GTM Research predicts solar market doomsday scenario if Suniva’s proposal is approved

suniva petition fallout

If SEIA’s 88,000 job loss warning wasn’t enough, GTM Research has published a chilling report on the devastating impact Suniva’s new trade dispute would have on the U.S. solar market if their proposals were imposed.

If Suniva’s petition is successful, GTM says it will erase two-thirds of what’s expected to come online over the next five years with utility-scale solar being the most at risk. If module prices returned to 2012, immediately with more than 20 GW would be at risk of being canceled. If Suniva’s proposal is approved — meaning, there will be a new minimum price on imported crystalline silicon solar modules, and a new tariff on imported cells — the U.S. could miss out on more than 47 GW of solar installations. That’s more than what the U.S. solar market has brought online to date.

“In our latest report we found that between 2018 and 2022, total U.S. solar installations would fall from 72.5 GW cumulatively to just 36.4 gigawatts under a $0.78 per watt minimum module price scenario. Even more dramatic, with a $1.18 per watt minimum price, representing a $0.40 per watt cell tariff on top of a $0.78 per watt minimum module price, cumulative installations would plummet to 25 gigawatts.”

SEIA explains plan to lead fight against Suniva petition, remedies for the future

Key Findings: Section 201 Scenario Analyses

• Between 2018 and 2022, total U.S. solar installations would fall from 72.5 GW cumulatively to just 36.4 GW under a $0.78/W minimum module price scenario, or 25 GW under a $1.18/W minimum price, representing a $0.40/W cell tariff on top of a $0.78/W minimum module price.

• Utility PV is expected to see the largest downward revisions to its base case forecast. A majority of utility PV procurement now hinges on solar being cost competitive with natural gas alternatives, with nearly three-fourths of the utility PV pipeline procured outside Renewable Portfolio Standards.
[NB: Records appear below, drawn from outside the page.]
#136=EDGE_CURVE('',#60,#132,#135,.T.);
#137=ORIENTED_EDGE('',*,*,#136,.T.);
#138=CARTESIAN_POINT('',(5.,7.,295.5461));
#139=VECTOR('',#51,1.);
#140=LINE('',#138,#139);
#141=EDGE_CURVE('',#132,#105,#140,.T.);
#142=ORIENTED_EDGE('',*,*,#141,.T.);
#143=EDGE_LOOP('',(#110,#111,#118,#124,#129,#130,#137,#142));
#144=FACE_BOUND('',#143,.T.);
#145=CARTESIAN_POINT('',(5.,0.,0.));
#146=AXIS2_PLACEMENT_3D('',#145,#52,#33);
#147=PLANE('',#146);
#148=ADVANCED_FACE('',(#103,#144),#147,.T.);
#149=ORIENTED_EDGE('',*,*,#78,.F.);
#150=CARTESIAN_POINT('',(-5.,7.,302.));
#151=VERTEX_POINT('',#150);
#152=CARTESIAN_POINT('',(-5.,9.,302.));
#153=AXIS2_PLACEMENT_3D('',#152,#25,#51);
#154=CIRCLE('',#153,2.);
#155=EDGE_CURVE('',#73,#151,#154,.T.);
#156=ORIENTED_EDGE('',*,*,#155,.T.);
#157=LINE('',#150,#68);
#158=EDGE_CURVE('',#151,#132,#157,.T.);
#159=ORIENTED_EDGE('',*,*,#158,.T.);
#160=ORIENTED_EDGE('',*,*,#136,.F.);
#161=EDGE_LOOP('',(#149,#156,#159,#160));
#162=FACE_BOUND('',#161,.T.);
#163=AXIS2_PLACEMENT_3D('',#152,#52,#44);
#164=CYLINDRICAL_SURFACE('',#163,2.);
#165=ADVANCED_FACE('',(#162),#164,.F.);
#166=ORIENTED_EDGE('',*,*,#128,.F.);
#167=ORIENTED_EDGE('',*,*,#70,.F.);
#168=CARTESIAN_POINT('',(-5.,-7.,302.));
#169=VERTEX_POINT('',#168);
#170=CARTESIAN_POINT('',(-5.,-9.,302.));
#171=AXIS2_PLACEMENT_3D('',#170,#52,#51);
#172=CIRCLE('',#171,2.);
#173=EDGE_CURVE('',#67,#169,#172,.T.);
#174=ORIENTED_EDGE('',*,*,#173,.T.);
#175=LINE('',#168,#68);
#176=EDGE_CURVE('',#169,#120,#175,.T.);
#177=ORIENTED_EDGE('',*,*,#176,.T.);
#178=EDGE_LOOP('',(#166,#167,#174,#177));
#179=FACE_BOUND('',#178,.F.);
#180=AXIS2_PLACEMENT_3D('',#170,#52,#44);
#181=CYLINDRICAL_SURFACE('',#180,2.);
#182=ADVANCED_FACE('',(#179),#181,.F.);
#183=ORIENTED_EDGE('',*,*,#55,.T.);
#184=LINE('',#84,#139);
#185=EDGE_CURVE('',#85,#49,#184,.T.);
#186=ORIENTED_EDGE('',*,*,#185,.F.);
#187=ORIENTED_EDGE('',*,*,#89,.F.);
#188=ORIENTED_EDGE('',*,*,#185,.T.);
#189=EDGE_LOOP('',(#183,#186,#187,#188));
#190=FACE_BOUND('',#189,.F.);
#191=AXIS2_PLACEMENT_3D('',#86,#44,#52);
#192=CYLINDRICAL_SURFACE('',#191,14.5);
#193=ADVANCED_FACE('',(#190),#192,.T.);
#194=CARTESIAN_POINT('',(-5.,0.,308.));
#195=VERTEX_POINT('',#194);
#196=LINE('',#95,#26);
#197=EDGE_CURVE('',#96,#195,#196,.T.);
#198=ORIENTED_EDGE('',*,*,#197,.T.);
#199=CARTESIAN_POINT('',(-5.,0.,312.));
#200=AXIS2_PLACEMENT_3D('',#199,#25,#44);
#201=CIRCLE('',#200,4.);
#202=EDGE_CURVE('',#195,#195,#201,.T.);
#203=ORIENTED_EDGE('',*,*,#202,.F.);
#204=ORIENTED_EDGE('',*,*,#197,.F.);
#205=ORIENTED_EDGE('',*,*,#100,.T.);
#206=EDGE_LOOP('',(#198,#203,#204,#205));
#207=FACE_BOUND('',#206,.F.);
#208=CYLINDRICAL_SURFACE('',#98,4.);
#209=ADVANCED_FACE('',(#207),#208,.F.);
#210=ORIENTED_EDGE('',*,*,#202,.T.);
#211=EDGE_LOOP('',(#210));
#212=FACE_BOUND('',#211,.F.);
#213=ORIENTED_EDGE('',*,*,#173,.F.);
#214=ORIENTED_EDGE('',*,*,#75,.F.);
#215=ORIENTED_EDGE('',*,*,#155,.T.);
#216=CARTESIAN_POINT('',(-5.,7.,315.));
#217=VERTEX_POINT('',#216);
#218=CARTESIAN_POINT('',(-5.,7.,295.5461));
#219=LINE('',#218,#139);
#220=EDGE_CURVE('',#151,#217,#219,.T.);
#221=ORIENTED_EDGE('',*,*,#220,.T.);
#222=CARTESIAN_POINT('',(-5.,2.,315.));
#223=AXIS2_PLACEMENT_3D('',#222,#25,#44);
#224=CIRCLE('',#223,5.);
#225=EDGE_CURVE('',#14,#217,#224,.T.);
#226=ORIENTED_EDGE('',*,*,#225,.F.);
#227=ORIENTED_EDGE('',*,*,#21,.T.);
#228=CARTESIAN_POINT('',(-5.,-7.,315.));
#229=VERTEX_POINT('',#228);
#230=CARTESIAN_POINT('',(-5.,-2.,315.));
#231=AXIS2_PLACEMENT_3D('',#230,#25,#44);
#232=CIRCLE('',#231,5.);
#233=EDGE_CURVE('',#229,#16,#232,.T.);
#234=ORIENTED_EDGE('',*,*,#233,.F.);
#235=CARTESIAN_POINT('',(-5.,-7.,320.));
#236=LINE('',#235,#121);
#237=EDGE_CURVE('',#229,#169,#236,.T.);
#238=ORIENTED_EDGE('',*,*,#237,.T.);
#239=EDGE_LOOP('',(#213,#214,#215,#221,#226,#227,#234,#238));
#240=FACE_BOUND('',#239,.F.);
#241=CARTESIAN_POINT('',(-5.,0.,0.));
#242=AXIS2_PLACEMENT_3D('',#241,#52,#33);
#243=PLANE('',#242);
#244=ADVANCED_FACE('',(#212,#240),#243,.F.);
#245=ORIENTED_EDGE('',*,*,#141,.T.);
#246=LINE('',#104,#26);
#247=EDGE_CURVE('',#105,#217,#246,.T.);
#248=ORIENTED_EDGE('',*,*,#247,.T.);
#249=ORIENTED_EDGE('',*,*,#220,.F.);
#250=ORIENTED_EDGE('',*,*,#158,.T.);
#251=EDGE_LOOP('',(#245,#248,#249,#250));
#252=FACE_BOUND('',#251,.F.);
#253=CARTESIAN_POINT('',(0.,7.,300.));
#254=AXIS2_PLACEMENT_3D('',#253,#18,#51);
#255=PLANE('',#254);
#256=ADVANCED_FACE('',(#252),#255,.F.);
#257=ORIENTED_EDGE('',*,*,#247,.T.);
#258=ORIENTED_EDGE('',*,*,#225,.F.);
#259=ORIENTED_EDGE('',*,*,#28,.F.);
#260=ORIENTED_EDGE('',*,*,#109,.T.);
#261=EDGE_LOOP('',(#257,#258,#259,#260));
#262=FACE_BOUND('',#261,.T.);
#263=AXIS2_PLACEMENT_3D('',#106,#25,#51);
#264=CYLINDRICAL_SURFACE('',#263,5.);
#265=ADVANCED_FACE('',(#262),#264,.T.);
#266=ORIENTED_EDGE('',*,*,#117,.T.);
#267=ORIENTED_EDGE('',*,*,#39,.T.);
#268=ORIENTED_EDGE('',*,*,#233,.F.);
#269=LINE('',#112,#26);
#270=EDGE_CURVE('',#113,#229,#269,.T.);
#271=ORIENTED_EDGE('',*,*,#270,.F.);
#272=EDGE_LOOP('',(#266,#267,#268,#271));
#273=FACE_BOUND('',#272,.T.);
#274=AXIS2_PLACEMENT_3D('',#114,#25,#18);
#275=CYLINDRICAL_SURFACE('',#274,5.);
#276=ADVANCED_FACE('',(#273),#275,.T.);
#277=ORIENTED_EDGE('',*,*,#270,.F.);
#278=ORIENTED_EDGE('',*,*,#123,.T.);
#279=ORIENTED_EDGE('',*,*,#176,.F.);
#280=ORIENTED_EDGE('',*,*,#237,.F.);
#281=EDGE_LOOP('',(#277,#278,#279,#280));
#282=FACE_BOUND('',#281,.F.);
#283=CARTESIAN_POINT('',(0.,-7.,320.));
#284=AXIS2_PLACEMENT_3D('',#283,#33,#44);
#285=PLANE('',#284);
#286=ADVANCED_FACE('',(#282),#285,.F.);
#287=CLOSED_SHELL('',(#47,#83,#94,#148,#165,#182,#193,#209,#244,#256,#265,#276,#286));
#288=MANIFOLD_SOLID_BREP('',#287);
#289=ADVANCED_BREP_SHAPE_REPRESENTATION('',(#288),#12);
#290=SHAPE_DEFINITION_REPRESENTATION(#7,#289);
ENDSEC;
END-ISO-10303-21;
Under both tariff scenarios, most of that is at risk of cancellation unless PPA prices are renegotiated.

GTM Research suniva trade prediction

• Residential PV is the least sensitive segment to the introduction of tariffs. On one hand, the number of state markets at grid parity in 2021 would fall from 43 to 35 in the minimum module price only scenario (43 to 26 with the cell tariff added to the minimum module price). However, the top six states, which drive a majority of the base case outlook, would continue to offer more than 10% annual net savings. Challenging rate structures that limit savings for large C&I, plus financing risks for community solar, are the primary drivers behind non-residential PV experiencing a larger downturn than residential PV.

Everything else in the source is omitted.